- _RECORDS TO USE_
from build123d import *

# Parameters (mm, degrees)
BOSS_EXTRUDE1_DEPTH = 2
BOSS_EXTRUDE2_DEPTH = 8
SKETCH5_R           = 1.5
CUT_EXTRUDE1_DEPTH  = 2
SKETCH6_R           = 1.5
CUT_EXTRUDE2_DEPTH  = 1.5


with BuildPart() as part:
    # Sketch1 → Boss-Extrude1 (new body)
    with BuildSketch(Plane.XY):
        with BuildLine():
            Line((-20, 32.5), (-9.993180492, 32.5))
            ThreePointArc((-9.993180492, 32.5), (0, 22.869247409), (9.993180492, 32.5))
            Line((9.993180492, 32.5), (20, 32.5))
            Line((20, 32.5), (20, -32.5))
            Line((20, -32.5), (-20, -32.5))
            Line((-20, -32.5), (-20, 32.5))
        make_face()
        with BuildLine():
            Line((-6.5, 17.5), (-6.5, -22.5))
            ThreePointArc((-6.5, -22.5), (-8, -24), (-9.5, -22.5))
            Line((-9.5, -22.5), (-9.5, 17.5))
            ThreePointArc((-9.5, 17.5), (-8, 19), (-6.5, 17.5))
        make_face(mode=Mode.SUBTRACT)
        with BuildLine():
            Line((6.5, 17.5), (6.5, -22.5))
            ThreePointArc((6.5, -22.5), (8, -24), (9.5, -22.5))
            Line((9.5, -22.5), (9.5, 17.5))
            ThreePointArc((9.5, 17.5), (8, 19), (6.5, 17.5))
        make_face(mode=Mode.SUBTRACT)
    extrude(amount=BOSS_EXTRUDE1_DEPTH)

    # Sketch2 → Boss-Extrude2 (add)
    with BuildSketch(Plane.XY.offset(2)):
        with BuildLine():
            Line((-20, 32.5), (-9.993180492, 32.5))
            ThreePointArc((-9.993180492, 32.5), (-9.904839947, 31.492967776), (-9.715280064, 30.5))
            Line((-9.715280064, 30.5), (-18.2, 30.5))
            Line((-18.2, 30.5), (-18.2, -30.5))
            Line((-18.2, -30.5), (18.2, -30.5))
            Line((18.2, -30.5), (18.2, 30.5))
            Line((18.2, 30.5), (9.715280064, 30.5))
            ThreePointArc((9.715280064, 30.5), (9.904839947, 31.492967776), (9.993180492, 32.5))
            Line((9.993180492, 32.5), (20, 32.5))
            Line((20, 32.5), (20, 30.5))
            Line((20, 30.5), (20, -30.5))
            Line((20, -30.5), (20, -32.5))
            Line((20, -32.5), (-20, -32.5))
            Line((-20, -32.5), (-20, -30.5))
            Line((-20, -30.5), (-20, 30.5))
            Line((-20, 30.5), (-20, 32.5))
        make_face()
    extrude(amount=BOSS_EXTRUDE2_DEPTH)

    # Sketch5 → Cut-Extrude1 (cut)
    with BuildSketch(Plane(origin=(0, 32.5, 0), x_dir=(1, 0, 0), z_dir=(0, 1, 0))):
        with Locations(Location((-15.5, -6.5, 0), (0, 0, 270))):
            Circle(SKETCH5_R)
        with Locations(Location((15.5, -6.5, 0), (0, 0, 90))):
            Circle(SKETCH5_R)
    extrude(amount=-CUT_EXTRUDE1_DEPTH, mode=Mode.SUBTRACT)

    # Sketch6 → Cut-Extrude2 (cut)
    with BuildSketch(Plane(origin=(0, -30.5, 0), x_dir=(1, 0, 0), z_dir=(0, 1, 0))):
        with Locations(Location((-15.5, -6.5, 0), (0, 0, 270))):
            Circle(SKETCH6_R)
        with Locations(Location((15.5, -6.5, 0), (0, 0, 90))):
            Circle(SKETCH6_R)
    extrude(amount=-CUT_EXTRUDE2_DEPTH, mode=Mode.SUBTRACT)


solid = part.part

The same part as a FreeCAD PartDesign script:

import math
import FreeCAD as App
import Part
import Sketcher
from FreeCAD import Vector
Q = App.Units.Quantity

doc = App.newDocument("Part")
params = doc.addObject("Spreadsheet::Sheet", "Params")
for row, (alias, value) in enumerate([
    ("sketch1_radius", "10 mm"),
    ("sketch1_radius2", "1.5 mm"),
    ("sketch1_width", "40 mm"),
    ("sketch1_height", "65 mm"),
    ("pad1_length", "2 mm"),
    ("sketch2_radius", "10 mm"),
    ("sketch2_width", "40 mm"),
    ("sketch2_height", "65 mm"),
    ("sketch2_height2", "61 mm"),
    ("sketch2_width2", "36.4 mm"),
    ("pad2_length", "8 mm"),
    ("sketch3_diameter", "3 mm"),
    ("pocket1_length", "2 mm"),
    ("sketch4_diameter", "3 mm"),
    ("pocket2_length", "1.5 mm"),
], start=1):
    params.set(f"A{row}", alias)
    params.set(f"B{row}", "=" + value)
    params.setAlias(f"B{row}", alias)

body = doc.addObject("PartDesign::Body", "Body")

sketch1 = body.newObject("Sketcher::SketchObject", "Sketch")
sketch1.AttachmentSupport = (doc.getObject("XY_Plane"), [""])
sketch1.MapMode = "FlatFace"
sketch1.addGeometry(Part.LineSegment(Vector(-10, 32.5, 0), Vector(-20, 32.5, 0)), False)
sketch1.addGeometry(Part.LineSegment(Vector(-20, 32.5, 0), Vector(-20, -32.5, 0)), False)
sketch1.addGeometry(Part.LineSegment(Vector(-20, -32.5, 0), Vector(20, -32.5, 0)), False)
sketch1.addGeometry(Part.LineSegment(Vector(20, -32.5, 0), Vector(20, 32.5, 0)), False)
sketch1.addGeometry(Part.LineSegment(Vector(20, 32.5, 0), Vector(10, 32.5, 0)), False)
sketch1.addGeometry(Part.ArcOfCircle(Part.Circle(Vector(0, 32.9, 0), Vector(0, 0, 1), 10), math.radians(-178), math.radians(-2)), False)
sketch1.addGeometry(Part.ArcOfCircle(Part.Circle(Vector(8, 17.5, 0), Vector(0, 0, 1), 1.5), math.radians(0), math.radians(180)), False)
sketch1.addGeometry(Part.LineSegment(Vector(9.5, 17.5, 0), Vector(9.5, -22.5, 0)), False)
sketch1.addGeometry(Part.ArcOfCircle(Part.Circle(Vector(8, -22.5, 0), Vector(0, 0, 1), 1.5), math.radians(180), math.radians(360)), False)
sketch1.addGeometry(Part.LineSegment(Vector(6.5, -22.5, 0), Vector(6.5, 17.5, 0)), False)
sketch1.addGeometry(Part.LineSegment(Vector(-6.5, 17.5, 0), Vector(-6.5, -22.5, 0)), False)
sketch1.addGeometry(Part.ArcOfCircle(Part.Circle(Vector(-8, -22.5, 0), Vector(0, 0, 1), 1.5), math.radians(180), math.radians(360)), False)
sketch1.addGeometry(Part.LineSegment(Vector(-9.5, -22.5, 0), Vector(-9.5, 17.5, 0)), False)
sketch1.addGeometry(Part.ArcOfCircle(Part.Circle(Vector(-8, 17.5, 0), Vector(0, 0, 1), 1.5), math.radians(0), math.radians(180)), False)
sketch1.addConstraint(Sketcher.Constraint("Coincident", 0, 2, 1, 1))
sketch1.addConstraint(Sketcher.Constraint("Coincident", 1, 2, 2, 1))
sketch1.addConstraint(Sketcher.Constraint("Coincident", 2, 2, 3, 1))
sketch1.addConstraint(Sketcher.Constraint("Coincident", 3, 2, 4, 1))
sketch1.addConstraint(Sketcher.Constraint("Coincident", 4, 2, 5, 2))
sketch1.addConstraint(Sketcher.Constraint("Coincident", 5, 1, 0, 1))
sketch1.addConstraint(Sketcher.Constraint("Tangent", 6, 1, 7, 1))
sketch1.addConstraint(Sketcher.Constraint("Tangent", 7, 2, 8, 2))
sketch1.addConstraint(Sketcher.Constraint("Tangent", 8, 1, 9, 1))
sketch1.addConstraint(Sketcher.Constraint("Tangent", 9, 2, 6, 2))
sketch1.addConstraint(Sketcher.Constraint("Tangent", 10, 2, 11, 2))
sketch1.addConstraint(Sketcher.Constraint("Tangent", 11, 1, 12, 1))
sketch1.addConstraint(Sketcher.Constraint("Tangent", 12, 2, 13, 2))
sketch1.addConstraint(Sketcher.Constraint("Tangent", 13, 1, 10, 1))
sketch1.addConstraint(Sketcher.Constraint("Horizontal", 0))
sketch1.addConstraint(Sketcher.Constraint("Vertical", 1))
sketch1.addConstraint(Sketcher.Constraint("Horizontal", 2))
sketch1.addConstraint(Sketcher.Constraint("Vertical", 3))
sketch1.addConstraint(Sketcher.Constraint("Horizontal", 4))
sketch1.addConstraint(Sketcher.Constraint("Vertical", 7))
sketch1.addConstraint(Sketcher.Constraint("Vertical", 9))
sketch1.addConstraint(Sketcher.Constraint("Vertical", 10))
sketch1.addConstraint(Sketcher.Constraint("Vertical", 12))
sketch1.addConstraint(Sketcher.Constraint("Equal", 8, 11))
sketch1.addConstraint(Sketcher.Constraint("Symmetric", 0, 2, 2, 2, -1, 1))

- _PROBLEM DETAILS_
If a line of the data holds the string "BuildSketch", list it.

- _TASK RESULT_
    with BuildSketch(Plane.XY):
    with BuildSketch(Plane.XY.offset(2)):
    with BuildSketch(Plane(origin=(0, 32.5, 0), x_dir=(1, 0, 0), z_dir=(0, 1, 0))):
    with BuildSketch(Plane(origin=(0, -30.5, 0), x_dir=(1, 0, 0), z_dir=(0, 1, 0))):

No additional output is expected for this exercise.